I know it finds all the paths when I print them print(file_path)
But the values won't be appended in the self.ALLFILES
and I do not know why.
Here is the code:
from concurrent import futures
import time
import win32api
import os
class SearchThreader():
def __init__(self):
self.allfiles = []
self.harddisks = win32api.GetLogicalDriveStrings().split('\000')[:-1]
#skip the folders that shouldn't have files with this extension
self.exlude = {
"$SysReset", "AMD", "inetpub", "NVIDIA", "PerfLogs",
"Windows.old", "Windows", "ProgrammData",
"Programm Files (x86)", "Programm Files",
"Doc", "Fotos", "Lib", "lib", "libs"
"Scripts", "Tools", "bin", "Config", "Logs", "log",
"mods", "win"
}
self.fullThreadSearch()
def SearchHarddisk(self, hd):
for root, dirs, files in os.walk(hd, topdown=True):
dirs[:] = [d for d in dirs if d not in self.exlude]
for f_name in files:
file_path = os.path.join(root, f_name)
if file_path.endswith(".mp3"):
self.allfiles.append(file_path)
print(file_path)
def fullThreadSearch(self):
with futures.ProcessPoolExecutor(max_workers=len(self.harddisks)) as thr:
for harddisk in self.harddisks:
thr.submit(self.SearchHarddisk, harddisk)
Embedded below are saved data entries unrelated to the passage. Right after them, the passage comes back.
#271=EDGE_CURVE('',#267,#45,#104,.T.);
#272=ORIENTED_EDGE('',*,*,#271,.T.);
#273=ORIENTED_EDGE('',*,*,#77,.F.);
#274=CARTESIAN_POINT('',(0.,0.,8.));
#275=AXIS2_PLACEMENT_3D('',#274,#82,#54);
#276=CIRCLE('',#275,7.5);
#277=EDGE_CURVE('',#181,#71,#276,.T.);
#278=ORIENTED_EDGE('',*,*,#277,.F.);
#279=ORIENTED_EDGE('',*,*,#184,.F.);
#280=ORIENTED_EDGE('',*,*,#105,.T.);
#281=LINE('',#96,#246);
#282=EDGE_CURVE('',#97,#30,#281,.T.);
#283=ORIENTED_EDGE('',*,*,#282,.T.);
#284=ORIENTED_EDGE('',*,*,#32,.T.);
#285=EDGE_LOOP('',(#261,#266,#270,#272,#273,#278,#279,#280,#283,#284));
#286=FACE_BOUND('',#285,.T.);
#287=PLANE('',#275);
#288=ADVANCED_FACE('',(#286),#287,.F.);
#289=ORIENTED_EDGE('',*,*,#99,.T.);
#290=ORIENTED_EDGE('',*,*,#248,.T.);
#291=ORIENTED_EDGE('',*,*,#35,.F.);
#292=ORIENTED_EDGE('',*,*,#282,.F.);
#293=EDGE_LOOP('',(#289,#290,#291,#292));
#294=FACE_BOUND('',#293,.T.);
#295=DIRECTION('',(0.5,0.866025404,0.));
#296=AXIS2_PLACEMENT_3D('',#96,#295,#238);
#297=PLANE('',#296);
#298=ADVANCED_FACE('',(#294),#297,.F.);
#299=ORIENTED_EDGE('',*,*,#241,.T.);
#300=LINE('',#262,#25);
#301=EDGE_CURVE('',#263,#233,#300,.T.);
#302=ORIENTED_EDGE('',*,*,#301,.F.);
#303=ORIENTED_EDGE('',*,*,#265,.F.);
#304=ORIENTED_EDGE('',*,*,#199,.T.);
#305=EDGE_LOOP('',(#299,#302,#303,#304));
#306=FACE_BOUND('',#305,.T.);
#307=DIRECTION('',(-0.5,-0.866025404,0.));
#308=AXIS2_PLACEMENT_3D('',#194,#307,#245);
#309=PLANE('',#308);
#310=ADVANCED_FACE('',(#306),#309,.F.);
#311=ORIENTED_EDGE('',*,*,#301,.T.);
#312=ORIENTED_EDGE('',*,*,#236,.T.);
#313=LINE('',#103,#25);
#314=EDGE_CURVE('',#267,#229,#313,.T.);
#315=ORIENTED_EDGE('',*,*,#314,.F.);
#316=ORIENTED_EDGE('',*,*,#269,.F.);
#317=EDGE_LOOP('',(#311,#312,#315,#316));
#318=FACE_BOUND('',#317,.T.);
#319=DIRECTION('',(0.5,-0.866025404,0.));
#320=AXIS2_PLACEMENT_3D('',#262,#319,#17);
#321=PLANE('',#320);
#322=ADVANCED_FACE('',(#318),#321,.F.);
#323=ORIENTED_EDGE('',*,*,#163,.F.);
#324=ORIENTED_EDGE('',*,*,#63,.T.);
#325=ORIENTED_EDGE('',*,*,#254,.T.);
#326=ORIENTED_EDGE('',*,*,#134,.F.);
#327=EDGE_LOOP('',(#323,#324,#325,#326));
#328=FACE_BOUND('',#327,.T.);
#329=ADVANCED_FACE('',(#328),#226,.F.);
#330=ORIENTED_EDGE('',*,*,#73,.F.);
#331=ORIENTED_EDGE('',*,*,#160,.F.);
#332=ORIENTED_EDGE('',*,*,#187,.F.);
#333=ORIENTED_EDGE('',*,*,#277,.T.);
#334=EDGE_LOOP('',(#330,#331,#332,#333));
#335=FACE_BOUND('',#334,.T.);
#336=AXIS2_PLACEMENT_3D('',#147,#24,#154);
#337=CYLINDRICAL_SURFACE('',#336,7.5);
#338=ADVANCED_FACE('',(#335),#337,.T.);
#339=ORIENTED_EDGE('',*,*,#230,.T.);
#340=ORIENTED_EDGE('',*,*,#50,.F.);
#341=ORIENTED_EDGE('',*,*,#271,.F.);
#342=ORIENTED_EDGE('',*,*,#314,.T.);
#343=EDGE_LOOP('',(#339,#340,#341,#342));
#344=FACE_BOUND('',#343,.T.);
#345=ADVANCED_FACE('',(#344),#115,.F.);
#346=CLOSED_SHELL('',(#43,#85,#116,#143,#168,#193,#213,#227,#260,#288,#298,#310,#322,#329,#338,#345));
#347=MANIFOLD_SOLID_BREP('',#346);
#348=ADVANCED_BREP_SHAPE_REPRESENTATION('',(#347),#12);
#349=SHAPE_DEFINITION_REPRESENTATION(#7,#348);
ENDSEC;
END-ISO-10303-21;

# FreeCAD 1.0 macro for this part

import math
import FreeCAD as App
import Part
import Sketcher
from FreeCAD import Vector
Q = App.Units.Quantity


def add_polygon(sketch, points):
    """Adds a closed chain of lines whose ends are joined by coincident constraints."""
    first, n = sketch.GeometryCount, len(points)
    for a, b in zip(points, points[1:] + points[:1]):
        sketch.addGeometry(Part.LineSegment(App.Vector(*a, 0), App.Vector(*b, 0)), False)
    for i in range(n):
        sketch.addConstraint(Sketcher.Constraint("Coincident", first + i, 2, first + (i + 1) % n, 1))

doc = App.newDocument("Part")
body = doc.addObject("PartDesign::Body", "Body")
if __name__ == "__main__":
starttime = time.time()
ST = SearchThreader()
print(ST.allfiles)
print(time.time() - starttime)
Upvotes: 0
Views: 65
Reputation: 123393
As mentioned in @Trap's answer, you need to return the results from the SearchHarddisk()
method instead of trying to append them to the self.allfiles
in fullThreadSearch()
. This is because each invocation of SearchHarddisk()
runs in its own address space, so there's effectively a different self.allfiles
list object in each one.
Here's something with those changes made that seems to work on my Windows machine. Note that I based it on the sample code shown in the ProcessPoolExecutor Example section of the documentation which uses the ProcessPoolExecutor.map()
method instead of calling ProcessPoolExecutor.submit()
repeatedly.
import concurrent.futures as futures
import os
import time
import win32api
class SearchThreader():
def __init__(self):
self.allfiles = []
self.harddisks = win32api.GetLogicalDriveStrings().split('\000')[:-1]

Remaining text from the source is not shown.